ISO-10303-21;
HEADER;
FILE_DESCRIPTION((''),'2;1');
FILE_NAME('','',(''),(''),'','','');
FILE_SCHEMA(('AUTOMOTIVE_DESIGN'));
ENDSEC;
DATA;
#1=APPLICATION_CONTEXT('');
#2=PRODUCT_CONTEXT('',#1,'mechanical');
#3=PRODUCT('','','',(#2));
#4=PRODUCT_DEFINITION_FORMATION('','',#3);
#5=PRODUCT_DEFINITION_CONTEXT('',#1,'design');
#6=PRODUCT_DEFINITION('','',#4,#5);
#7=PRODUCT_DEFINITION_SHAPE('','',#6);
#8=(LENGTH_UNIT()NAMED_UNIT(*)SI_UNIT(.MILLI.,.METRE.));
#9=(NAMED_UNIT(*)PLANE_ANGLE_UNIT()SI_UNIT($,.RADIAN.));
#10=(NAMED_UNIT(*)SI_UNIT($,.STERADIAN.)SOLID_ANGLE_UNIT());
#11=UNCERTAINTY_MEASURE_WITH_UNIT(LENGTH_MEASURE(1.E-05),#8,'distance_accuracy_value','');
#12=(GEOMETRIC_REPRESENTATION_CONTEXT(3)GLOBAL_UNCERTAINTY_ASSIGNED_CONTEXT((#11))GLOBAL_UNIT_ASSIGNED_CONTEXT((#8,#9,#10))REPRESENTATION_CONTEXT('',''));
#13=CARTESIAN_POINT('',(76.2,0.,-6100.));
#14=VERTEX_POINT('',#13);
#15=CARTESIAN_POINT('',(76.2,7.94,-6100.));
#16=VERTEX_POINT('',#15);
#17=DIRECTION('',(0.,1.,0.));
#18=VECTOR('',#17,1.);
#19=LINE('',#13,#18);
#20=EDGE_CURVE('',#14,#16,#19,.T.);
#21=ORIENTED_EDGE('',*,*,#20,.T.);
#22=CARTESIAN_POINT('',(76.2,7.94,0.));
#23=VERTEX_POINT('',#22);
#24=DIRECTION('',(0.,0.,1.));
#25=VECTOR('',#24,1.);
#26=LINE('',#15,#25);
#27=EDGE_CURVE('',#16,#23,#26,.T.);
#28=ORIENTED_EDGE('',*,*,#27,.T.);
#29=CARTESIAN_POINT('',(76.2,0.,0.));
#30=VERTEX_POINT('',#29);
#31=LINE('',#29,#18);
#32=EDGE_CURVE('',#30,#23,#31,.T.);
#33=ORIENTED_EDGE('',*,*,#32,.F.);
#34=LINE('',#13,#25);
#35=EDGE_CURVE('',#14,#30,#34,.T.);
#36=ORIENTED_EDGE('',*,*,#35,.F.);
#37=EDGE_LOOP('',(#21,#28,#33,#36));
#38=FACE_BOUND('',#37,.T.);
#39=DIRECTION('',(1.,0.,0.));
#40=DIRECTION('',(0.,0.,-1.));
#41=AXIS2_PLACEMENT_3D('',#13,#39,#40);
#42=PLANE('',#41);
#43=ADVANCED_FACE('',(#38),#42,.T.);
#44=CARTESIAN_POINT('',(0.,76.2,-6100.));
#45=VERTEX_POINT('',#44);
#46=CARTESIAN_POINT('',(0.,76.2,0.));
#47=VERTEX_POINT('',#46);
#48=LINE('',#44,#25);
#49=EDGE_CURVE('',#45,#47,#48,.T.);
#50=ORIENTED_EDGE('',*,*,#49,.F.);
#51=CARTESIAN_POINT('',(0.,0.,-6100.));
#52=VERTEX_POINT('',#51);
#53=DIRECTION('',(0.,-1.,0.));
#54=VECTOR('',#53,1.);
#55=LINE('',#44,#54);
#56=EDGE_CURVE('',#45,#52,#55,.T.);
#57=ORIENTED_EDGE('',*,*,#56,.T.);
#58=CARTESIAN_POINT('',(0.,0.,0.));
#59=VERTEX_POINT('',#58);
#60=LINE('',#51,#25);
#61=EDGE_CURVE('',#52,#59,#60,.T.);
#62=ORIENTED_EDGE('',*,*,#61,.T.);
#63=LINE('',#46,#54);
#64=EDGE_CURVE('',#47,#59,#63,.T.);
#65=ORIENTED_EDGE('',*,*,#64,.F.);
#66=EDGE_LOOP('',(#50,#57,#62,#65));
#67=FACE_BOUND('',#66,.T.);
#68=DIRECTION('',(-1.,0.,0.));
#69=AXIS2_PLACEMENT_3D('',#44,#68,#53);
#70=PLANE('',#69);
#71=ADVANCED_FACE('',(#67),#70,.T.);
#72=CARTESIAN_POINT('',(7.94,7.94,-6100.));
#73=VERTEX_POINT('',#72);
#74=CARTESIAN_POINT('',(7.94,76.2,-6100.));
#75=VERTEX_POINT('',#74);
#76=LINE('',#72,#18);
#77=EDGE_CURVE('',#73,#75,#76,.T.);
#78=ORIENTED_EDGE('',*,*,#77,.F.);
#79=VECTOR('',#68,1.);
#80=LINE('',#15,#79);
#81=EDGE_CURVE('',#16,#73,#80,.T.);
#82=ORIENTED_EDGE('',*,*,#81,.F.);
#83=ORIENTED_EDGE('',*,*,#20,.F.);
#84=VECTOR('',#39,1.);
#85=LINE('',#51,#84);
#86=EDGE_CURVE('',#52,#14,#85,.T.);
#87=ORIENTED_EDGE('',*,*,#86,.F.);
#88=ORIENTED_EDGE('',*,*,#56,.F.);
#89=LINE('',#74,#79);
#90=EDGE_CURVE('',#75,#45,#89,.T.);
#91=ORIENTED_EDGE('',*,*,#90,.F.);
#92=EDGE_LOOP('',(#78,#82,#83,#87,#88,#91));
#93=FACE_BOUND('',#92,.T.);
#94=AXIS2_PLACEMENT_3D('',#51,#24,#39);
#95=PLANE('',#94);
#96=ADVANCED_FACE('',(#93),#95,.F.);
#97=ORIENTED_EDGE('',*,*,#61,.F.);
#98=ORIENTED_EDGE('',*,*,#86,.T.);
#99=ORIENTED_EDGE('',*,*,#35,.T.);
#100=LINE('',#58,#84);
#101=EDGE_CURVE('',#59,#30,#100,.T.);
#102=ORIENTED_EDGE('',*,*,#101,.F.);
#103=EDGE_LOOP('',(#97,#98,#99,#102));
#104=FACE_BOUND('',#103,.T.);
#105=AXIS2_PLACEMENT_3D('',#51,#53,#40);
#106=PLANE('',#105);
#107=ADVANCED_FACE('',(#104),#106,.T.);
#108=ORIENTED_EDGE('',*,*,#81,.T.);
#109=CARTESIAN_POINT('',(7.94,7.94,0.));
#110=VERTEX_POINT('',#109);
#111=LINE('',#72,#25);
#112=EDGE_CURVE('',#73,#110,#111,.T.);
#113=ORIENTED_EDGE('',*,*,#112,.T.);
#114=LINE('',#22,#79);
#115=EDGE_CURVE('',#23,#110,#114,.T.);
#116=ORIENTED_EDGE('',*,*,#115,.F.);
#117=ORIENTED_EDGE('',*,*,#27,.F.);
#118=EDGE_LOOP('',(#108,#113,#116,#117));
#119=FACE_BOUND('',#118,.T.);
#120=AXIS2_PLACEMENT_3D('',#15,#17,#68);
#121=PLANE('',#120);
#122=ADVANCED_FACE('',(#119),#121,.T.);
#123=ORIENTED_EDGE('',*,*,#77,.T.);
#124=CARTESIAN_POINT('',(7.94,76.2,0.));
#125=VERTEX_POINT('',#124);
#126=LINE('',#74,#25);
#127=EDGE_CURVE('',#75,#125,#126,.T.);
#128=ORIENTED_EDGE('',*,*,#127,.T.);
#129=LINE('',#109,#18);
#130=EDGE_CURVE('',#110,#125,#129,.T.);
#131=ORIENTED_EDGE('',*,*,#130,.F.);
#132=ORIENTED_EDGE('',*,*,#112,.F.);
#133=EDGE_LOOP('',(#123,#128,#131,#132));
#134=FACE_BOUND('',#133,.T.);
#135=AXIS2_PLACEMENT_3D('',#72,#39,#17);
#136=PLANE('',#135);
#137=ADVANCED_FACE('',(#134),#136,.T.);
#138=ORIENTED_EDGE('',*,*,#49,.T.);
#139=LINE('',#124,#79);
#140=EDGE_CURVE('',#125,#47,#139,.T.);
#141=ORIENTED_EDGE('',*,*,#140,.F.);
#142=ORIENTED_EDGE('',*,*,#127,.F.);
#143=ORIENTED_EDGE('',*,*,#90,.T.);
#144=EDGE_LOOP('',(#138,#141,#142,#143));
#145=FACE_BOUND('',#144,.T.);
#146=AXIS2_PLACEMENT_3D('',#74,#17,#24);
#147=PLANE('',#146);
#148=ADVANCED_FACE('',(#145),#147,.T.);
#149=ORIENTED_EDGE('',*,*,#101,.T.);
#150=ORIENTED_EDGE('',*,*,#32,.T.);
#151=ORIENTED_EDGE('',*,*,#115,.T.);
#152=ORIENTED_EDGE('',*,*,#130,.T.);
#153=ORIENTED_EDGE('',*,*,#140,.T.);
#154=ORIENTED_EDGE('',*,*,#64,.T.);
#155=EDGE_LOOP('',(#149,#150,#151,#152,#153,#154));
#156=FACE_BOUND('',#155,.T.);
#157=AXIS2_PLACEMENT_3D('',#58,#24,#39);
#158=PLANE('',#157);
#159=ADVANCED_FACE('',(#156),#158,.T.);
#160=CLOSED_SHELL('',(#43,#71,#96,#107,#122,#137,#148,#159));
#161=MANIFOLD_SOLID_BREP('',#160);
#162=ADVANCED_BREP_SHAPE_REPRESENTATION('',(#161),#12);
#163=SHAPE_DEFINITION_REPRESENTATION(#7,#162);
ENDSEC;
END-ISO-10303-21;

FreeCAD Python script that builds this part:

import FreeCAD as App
import Part
import Sketcher


def add_polygon(sketch, points):
    """Adds a closed chain of lines whose ends are joined by coincident constraints."""
    first, n = sketch.GeometryCount, len(points)
    for a, b in zip(points, points[1:] + points[:1]):
        sketch.addGeometry(Part.LineSegment(App.Vector(*a, 0), App.Vector(*b, 0)), False)
    for i in range(n):
        sketch.addConstraint(Sketcher.Constraint("Coincident", first + i, 2, first + (i + 1) % n, 1))

doc = App.newDocument("Part")
body = doc.addObject("PartDesign::Body", "Body")

# Sketch on XY plane
sketch1 = body.newObject("Sketcher::SketchObject", "Sketch")
sketch1.AttachmentSupport = (doc.getObject("XY_Plane"), [""])
sketch1.MapMode = "FlatFace"
add_polygon(sketch1, [(0, 76), (0, 0), (76, 0), (76, 8), (8, 8), (8, 76)])  # lines 0-5
sketch1.addConstraint(Sketcher.Constraint("Vertical", 0))
sketch1.addConstraint(Sketcher.Constraint("Horizontal", 1))
sketch1.addConstraint(Sketcher.Constraint("Vertical", 2))
sketch1.addConstraint(Sketcher.Constraint("Horizontal", 3))
sketch1.addConstraint(Sketcher.Constraint("Vertical", 4))
sketch1.addConstraint(Sketcher.Constraint("Horizontal", 5))
sketch1.addConstraint(Sketcher.Constraint("Coincident", 0, 2, -1, 1))
sketch1.addConstraint(Sketcher.Constraint("Equal", 1, 0))
sketch1.addConstraint(Sketcher.Constraint("Equal", 5, 2))
sketch1.addConstraint(Sketcher.Constraint("DistanceX", 1, 1, 1, 2, 76.2))
sketch1.addConstraint(Sketcher.Constraint("DistanceX", 3, 2, 3, 1, 68.26))
pad1 = body.newObject("PartDesign::Pad", "Pad")
pad1.Profile = sketch1
pad1.Length = 6100
pad1.Reversed = True

doc.recompute()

++++++++

**DIRECTIONS FOR THIS TASK**
Write out exactly the lines that fall from the line with "#123=ORIENTED_EDGE('',*,*,#77,.T.);" to the line with "FreeCAD Python script" in the records above, keeping both ends.

**THE ANSWER**
#123=ORIENTED_EDGE('',*,*,#77,.T.);
#124=CARTESIAN_POINT('',(7.94,76.2,0.));
#125=VERTEX_POINT('',#124);
#126=LINE('',#74,#25);
#127=EDGE_CURVE('',#75,#125,#126,.T.);
#128=ORIENTED_EDGE('',*,*,#127,.T.);
#129=LINE('',#109,#18);
#130=EDGE_CURVE('',#110,#125,#129,.T.);
#131=ORIENTED_EDGE('',*,*,#130,.F.);
#132=ORIENTED_EDGE('',*,*,#112,.F.);
#133=EDGE_LOOP('',(#123,#128,#131,#132));
#134=FACE_BOUND('',#133,.T.);
#135=AXIS2_PLACEMENT_3D('',#72,#39,#17);
#136=PLANE('',#135);
#137=ADVANCED_FACE('',(#134),#136,.T.);
#138=ORIENTED_EDGE('',*,*,#49,.T.);
#139=LINE('',#124,#79);
#140=EDGE_CURVE('',#125,#47,#139,.T.);
#141=ORIENTED_EDGE('',*,*,#140,.F.);
#142=ORIENTED_EDGE('',*,*,#127,.F.);
#143=ORIENTED_EDGE('',*,*,#90,.T.);
#144=EDGE_LOOP('',(#138,#141,#142,#143));
#145=FACE_BOUND('',#144,.T.);
#146=AXIS2_PLACEMENT_3D('',#74,#17,#24);
#147=PLANE('',#146);
#148=ADVANCED_FACE('',(#145),#147,.T.);
#149=ORIENTED_EDGE('',*,*,#101,.T.);
#150=ORIENTED_EDGE('',*,*,#32,.T.);
#151=ORIENTED_EDGE('',*,*,#115,.T.);
#152=ORIENTED_EDGE('',*,*,#130,.T.);
#153=ORIENTED_EDGE('',*,*,#140,.T.);
#154=ORIENTED_EDGE('',*,*,#64,.T.);
#155=EDGE_LOOP('',(#149,#150,#151,#152,#153,#154));
#156=FACE_BOUND('',#155,.T.);
#157=AXIS2_PLACEMENT_3D('',#58,#24,#39);
#158=PLANE('',#157);
#159=ADVANCED_FACE('',(#156),#158,.T.);
#160=CLOSED_SHELL('',(#43,#71,#96,#107,#122,#137,#148,#159));
#161=MANIFOLD_SOLID_BREP('',#160);
#162=ADVANCED_BREP_SHAPE_REPRESENTATION('',(#161),#12);
#163=SHAPE_DEFINITION_REPRESENTATION(#7,#162);
ENDSEC;
END-ISO-10303-21;

FreeCAD Python script that builds this part:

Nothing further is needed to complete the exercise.